In this section, you’ll use a **generator LLM** to answer queries **conditioned on the retrieved documents**. Your objective is to improve the model’s reasoning and accuracy by systematically experimenting with different configurations.

**Your tasks:**
1. **Try different generator models**  
   - Experiment with different small models.  
   - Compare their performance on the validation split to identify which model generalizes best.

2. **Tune the input prompts**  
   - Refine the system and user prompts to improve reasoning structure and output consistency.  
   - Emphasize step-by-step reasoning and enforce strict JSON-only answers.

3. **Vary the number of top-K retrieved documents**  
   - Experiment with different context sizes (e.g., K = 0, 1, 2, 4, 8, 16, 64).  
   - Observe how increasing or decreasing K affects both accuracy and generation cost.

4. **Save your results to disk**  
   - Store outputs for atleast two configuration (model, K, prompt variant) (one with K>=1 and one with K=0) on both **validation** and **test** splits.  

> **Note:** Test split labels are hidden, so accuracy will appear low or undefined.

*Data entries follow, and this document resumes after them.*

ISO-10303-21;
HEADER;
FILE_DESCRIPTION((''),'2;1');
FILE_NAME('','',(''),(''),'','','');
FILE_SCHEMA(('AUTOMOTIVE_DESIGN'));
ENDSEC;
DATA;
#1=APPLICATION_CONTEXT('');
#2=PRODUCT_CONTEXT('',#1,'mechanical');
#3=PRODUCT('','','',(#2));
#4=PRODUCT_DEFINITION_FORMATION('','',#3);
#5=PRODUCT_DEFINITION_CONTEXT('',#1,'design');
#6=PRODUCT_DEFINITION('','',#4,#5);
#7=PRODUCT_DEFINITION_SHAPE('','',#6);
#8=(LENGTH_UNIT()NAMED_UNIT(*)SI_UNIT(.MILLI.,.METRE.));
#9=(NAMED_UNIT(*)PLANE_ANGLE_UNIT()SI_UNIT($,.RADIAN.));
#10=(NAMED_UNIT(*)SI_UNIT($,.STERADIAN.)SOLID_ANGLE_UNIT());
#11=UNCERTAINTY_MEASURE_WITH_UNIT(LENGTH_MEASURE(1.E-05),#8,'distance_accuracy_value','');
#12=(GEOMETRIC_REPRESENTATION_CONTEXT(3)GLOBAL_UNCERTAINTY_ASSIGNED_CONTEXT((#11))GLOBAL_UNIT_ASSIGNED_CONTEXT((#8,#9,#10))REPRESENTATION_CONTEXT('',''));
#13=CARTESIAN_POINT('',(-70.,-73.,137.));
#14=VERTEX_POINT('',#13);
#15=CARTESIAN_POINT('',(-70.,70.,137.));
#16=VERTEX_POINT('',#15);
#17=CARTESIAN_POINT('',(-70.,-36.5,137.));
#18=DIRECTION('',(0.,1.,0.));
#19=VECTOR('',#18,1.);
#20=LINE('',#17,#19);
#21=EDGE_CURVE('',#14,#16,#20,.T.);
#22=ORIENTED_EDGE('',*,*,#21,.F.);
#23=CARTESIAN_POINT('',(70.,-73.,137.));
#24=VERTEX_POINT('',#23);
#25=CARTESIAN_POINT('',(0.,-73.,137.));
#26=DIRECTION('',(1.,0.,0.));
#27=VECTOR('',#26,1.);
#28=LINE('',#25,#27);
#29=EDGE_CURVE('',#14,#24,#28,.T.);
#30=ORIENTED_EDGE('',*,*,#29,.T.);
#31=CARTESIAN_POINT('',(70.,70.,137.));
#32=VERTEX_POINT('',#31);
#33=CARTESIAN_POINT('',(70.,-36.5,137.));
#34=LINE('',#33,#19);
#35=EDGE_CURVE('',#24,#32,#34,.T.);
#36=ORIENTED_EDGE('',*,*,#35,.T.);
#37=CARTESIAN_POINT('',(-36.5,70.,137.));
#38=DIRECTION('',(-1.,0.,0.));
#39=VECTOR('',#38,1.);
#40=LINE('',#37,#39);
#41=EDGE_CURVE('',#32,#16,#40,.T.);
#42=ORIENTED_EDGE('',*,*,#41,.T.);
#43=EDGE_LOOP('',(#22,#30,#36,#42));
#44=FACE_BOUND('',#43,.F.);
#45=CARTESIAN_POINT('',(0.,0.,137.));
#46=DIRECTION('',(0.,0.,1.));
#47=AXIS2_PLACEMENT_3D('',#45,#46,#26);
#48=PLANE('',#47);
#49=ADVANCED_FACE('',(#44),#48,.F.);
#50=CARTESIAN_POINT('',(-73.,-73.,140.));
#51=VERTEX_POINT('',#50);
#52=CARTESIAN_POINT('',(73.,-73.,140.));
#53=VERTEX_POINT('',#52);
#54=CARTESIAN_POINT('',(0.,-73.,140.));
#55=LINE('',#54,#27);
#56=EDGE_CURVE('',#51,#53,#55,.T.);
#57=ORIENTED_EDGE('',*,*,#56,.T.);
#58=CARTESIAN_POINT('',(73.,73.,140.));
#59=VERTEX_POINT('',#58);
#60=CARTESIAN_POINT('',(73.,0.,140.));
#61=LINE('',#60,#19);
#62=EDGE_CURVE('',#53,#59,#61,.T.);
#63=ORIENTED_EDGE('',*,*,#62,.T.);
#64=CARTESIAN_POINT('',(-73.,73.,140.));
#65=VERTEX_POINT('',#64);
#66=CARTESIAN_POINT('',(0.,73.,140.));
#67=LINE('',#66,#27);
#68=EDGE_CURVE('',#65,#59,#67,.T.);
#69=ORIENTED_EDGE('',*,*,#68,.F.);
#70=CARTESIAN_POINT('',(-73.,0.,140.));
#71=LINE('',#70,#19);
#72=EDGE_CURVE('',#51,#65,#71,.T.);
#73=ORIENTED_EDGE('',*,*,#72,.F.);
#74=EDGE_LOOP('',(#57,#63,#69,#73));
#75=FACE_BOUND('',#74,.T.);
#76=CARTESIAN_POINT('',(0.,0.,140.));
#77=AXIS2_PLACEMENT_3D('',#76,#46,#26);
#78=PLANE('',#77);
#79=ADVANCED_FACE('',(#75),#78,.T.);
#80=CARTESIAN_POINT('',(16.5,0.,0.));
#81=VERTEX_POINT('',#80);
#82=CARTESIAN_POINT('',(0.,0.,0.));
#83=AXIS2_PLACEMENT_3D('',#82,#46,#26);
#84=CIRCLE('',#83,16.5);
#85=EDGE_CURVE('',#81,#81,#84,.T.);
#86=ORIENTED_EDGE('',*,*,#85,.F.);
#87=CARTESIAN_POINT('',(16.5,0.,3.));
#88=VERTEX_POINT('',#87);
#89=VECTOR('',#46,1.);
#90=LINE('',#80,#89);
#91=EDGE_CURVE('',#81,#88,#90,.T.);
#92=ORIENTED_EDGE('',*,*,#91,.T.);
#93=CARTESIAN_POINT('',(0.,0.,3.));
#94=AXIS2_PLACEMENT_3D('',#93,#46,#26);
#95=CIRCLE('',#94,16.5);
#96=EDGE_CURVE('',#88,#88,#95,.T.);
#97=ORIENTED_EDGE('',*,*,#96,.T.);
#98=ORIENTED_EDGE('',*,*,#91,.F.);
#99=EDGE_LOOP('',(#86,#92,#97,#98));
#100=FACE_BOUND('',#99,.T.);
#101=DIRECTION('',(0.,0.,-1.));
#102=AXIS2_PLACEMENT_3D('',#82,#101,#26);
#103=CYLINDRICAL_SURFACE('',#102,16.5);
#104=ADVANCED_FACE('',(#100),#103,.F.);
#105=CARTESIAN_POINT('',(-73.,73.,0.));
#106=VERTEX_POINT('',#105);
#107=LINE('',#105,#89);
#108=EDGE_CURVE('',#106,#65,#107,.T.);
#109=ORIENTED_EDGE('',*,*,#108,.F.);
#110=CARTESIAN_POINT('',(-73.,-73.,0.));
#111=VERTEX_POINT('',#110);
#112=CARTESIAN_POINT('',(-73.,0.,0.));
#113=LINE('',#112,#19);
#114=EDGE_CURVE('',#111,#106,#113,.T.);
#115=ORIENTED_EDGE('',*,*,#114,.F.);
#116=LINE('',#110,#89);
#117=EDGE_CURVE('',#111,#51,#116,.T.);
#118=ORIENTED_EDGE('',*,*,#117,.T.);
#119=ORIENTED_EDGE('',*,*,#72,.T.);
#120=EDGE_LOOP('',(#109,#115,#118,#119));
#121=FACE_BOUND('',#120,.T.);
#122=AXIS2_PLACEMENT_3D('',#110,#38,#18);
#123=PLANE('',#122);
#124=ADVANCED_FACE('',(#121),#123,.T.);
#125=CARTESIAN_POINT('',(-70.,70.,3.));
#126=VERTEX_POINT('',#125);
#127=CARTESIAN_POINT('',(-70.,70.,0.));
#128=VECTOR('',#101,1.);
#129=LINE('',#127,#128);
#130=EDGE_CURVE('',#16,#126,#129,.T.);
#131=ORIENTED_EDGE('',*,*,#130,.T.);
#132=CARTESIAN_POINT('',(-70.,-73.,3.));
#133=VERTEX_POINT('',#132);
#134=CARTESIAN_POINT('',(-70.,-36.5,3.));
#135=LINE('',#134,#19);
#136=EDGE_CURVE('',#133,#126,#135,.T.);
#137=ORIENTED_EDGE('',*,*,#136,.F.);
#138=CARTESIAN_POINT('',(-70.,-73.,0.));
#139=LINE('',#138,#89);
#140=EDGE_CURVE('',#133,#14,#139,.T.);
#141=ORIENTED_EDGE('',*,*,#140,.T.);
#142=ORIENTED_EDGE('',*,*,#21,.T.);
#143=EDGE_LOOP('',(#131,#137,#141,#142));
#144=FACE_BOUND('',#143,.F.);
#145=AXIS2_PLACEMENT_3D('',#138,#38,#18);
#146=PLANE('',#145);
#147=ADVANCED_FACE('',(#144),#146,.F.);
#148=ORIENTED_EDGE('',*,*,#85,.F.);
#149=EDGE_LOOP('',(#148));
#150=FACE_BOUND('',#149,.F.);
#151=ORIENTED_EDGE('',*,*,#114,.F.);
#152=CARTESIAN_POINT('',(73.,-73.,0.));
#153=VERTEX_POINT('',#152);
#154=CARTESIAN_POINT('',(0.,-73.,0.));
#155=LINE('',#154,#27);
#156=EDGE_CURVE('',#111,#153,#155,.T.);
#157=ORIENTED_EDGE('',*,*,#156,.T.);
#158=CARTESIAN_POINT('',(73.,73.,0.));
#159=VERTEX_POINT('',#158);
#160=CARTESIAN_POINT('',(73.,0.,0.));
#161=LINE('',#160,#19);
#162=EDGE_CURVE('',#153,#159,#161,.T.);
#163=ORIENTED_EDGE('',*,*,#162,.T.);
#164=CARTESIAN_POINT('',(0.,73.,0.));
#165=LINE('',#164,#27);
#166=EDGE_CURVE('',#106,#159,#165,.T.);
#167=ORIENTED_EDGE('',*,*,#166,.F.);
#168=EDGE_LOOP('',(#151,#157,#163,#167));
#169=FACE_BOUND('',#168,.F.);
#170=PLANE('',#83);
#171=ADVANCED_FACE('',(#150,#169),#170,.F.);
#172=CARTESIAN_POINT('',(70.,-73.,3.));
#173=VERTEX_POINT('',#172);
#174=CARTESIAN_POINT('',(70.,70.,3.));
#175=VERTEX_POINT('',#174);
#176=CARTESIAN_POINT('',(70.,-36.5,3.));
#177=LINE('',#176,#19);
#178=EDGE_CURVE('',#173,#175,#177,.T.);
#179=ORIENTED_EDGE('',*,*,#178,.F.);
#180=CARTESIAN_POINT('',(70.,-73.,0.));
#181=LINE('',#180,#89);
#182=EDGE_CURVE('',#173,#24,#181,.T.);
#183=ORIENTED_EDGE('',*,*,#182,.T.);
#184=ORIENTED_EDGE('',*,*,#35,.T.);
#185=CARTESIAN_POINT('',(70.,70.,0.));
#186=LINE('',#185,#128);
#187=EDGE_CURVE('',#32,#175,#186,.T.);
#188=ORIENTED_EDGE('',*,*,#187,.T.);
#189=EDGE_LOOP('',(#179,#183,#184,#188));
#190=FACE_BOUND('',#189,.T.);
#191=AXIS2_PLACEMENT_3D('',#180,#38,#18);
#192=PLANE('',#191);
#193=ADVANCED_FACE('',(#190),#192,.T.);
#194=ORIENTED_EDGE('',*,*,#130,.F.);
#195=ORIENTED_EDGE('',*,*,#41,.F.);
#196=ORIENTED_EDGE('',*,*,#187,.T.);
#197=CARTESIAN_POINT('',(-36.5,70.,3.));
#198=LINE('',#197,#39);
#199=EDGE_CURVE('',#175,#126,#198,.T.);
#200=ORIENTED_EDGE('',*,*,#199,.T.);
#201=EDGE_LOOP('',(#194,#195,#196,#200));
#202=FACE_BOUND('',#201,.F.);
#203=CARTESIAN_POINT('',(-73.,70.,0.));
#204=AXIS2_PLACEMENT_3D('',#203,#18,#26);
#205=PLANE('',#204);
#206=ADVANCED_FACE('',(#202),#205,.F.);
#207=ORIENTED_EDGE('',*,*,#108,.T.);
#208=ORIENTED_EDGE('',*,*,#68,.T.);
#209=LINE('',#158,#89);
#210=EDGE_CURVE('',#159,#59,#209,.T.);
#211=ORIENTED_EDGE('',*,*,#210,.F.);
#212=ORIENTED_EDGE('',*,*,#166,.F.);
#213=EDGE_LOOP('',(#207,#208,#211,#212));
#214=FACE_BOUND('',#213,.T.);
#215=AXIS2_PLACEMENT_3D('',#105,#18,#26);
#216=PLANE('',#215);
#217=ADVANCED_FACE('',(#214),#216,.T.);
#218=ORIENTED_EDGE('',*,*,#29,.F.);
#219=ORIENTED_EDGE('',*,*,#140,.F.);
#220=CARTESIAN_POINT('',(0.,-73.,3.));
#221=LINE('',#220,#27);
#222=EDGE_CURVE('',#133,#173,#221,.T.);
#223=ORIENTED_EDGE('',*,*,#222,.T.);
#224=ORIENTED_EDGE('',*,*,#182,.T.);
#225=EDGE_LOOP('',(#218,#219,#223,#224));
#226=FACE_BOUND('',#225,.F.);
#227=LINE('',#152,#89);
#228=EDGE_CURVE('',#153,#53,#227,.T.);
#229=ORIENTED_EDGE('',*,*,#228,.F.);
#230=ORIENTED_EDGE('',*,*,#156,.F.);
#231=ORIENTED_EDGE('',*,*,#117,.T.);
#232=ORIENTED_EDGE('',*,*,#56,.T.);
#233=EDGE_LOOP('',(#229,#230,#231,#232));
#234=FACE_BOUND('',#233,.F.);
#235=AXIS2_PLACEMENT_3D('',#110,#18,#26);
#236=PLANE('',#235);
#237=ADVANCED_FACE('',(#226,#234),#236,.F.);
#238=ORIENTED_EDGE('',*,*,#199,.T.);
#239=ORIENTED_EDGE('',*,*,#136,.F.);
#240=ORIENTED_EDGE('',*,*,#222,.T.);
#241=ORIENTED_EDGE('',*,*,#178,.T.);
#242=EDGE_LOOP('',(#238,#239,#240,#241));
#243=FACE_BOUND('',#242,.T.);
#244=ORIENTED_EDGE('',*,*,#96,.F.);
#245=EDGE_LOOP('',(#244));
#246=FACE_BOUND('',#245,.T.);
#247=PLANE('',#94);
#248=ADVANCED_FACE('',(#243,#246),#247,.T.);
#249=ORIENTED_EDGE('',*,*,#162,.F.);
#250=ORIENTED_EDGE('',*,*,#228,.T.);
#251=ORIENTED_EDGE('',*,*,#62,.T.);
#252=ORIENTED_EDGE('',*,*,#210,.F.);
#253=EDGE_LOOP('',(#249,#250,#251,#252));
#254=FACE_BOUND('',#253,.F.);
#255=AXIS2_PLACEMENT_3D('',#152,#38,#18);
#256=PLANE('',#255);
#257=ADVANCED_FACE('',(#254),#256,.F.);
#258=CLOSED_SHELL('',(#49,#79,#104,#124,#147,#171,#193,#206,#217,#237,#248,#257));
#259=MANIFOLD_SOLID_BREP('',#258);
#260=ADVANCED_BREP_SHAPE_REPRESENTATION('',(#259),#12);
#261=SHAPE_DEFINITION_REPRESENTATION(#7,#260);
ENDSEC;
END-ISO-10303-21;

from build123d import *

# Parameters (mm, degrees)
F0_W     = 146
F0_H     = 146
F0_R     = 16.5
F1_DEPTH = 140
F2_T     = -3
F3_DEPTH = 3


with BuildPart() as f1:
    # F0 (on Top) → F1 (new body)
    with BuildSketch(Plane.XY):
        Rectangle(F0_W, F0_H)
        Circle(F0_R, mode=Mode.SUBTRACT)
        Circle(F0_R)
    extrude(amount=F1_DEPTH)

    # F2
    f2_openings = [f1.faces().sort_by_distance(p)[0] for p in [
        (0, -73, 70),
    ]]
    offset(amount=F2_T, openings=f2_openings)

    # F0 (on Top) → F3 (cut)
    with BuildSketch(Plane.XY):
        Circle(F0_R)
    extrude(amount=F3_DEPTH, mode=Mode.SUBTRACT)


solid = f1.part
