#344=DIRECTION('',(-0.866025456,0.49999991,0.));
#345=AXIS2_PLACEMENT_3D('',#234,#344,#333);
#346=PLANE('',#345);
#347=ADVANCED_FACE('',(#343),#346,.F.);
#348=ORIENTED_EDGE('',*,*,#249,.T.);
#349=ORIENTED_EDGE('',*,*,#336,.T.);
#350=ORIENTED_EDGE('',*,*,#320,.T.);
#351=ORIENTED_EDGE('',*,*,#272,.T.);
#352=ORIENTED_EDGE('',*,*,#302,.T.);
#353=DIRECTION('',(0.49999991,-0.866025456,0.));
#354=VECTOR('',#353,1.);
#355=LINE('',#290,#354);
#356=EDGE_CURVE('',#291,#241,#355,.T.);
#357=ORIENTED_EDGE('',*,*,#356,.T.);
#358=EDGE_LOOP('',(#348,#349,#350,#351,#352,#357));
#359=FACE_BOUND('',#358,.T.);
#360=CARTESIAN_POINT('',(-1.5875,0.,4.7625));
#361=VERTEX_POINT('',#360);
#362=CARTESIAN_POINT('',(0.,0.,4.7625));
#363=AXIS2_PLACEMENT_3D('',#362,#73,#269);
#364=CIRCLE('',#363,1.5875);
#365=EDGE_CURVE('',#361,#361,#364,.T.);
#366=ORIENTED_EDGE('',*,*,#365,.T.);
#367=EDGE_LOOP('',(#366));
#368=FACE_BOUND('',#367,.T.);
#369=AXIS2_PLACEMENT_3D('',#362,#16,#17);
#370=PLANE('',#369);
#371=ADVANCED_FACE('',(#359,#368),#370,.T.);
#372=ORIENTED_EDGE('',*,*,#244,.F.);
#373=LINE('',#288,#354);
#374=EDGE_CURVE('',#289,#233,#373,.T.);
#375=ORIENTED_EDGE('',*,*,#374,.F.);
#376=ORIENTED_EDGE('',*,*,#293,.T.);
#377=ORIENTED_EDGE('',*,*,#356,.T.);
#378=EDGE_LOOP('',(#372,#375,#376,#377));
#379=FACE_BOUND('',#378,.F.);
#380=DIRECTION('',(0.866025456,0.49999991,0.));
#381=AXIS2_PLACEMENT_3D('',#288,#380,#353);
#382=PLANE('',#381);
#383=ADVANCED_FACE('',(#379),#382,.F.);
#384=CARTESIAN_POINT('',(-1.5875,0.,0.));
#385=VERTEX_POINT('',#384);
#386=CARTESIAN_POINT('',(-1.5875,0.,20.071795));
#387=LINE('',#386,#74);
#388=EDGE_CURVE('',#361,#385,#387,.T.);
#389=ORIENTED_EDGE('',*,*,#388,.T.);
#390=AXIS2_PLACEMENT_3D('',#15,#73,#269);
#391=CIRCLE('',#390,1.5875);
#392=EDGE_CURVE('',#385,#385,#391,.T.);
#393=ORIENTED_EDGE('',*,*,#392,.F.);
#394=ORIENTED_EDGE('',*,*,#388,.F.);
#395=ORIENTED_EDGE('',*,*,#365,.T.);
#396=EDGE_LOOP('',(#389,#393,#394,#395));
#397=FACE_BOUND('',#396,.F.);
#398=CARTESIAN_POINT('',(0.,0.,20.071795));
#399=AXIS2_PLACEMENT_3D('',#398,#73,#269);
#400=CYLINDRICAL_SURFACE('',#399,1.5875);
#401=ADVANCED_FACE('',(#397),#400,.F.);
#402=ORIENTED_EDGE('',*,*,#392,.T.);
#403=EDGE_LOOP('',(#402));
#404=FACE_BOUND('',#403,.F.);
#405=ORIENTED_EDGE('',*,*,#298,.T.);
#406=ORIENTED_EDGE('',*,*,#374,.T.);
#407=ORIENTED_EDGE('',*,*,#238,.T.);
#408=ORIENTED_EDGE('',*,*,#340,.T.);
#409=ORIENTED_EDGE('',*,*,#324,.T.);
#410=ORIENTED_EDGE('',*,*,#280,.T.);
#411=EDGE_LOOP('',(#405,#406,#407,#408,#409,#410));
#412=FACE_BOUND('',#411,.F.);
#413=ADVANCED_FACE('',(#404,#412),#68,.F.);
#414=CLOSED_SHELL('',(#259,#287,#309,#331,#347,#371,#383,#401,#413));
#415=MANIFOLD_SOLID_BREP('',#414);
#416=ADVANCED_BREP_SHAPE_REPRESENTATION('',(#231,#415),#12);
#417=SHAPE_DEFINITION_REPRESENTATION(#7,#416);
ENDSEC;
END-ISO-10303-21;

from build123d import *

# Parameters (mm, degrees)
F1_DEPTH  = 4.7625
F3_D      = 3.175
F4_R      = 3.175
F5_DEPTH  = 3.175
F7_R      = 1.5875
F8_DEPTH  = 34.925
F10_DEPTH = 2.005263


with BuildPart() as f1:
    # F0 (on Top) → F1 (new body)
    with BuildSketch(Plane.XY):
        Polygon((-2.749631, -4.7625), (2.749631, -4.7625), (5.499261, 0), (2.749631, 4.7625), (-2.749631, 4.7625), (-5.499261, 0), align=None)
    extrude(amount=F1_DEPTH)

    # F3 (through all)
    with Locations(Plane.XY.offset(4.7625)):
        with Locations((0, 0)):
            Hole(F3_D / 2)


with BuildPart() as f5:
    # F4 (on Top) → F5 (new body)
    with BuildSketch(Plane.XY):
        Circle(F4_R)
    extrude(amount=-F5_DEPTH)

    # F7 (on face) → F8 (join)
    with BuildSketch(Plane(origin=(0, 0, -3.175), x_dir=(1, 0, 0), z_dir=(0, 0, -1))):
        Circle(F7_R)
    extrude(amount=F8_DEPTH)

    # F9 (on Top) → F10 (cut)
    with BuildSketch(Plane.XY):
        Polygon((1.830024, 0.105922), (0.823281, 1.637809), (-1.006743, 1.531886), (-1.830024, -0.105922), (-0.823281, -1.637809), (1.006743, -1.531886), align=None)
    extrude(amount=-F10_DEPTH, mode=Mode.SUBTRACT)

This is expected — focus on achieving strong validation performance first, then run inference on the test split for evaluation.


### 🧩 Step 1 – Load the retrieval results from the best found retriever

In this step, you will **reload the retrieval outputs** obtained from the best-performing retriever model (identified in the previous section).  
These results contain the **top-K retrieved documents** for each query and will serve as input for the **generator LLM** in the next stages.

You’ll load the saved `.json` file from the `outputs/` directory, which stores the retrieval scores and document IDs for both validation and test splits.

In [17]:
RETRIEVER_TYPE, RETRIEVER_MODEL_NAME = "model", "Qwen/Qwen3-Embedding-0.6B"
retrieval_results_file = f"anlp_hw2_outputs/retrieval_results_{RETRIEVER_TYPE}_{RETRIEVER_MODEL_NAME.replace('/', '.')}_{CURRENT_SPLIT}.json"
TOP_K_RETRIEVAL_RESULTS = json.load(open(retrieval_results_file))

### 🧩 Step 2 – Setup the generator LLM using vLLM

In this step, you will **initialize the generator model** that will produce answers based on the retrieved documents.  
The generator LLM takes as input the query, context (retrieved top-K documents), and the prompt instructions — and outputs the most likely correct answer.

You will:
1. **Select the generator model**  
   Choose from models like `Qwen2.5-3B-Instruct`, `Llama-3.2-1B-Instruct`, or `SmolLM3-3B`.  
   Larger models generally exhibit stronger reasoning abilities but require more GPU memory and may take longer to load.

2. **Initialize the tokenizer**  
   The tokenizer formats the input messages using the appropriate chat template (system + user roles) before sending them to the model.

3. **Load the model with vLLM**  
   Use the `LLM()` class from [**vLLM**](https://vllm.ai) — a high-performance inference engine optimized for **fast, memory-efficient, and scalable generation**.  
   vLLM uses techniques such as **PagedAttention**, dynamic batching, and GPU memory sharing, allowing you to run large models efficiently with minimal latency.

   Key parameters to tune:
   - `dtype`: `"float16"` or `"bfloat16"` (depending on GPU support)  
   - `tensor_parallel_size`: Increase if running on multiple GPUs  
   - `gpu_memory_utilization`: Adjust between `0.85–0.95` depending on available memory  
   - `max_model_len`: Set according to the model’s context window  

> 💡 **Tip:** If any model fails to load, it’s likely due to **insufficient free GPU memory**.  
> Before retrying, free up GPU memory by restarting the kernel.

In [20]:
# Try different small generator models such as "Qwen/Qwen2.5-3B-Instruct" or "meta-llama/Llama-3.2-1B-Instruct" or "HuggingFaceTB/SmolLM3-3B"
# <fill block>
GENERATOR_NAME = "HuggingFaceTB/SmolLM3-3B"
# </fill block>

# ---- Initialize tokenizer (for chat templating) ----
generator_tokenizer = AutoTokenizer.from_pretrained(GENERATOR_NAME)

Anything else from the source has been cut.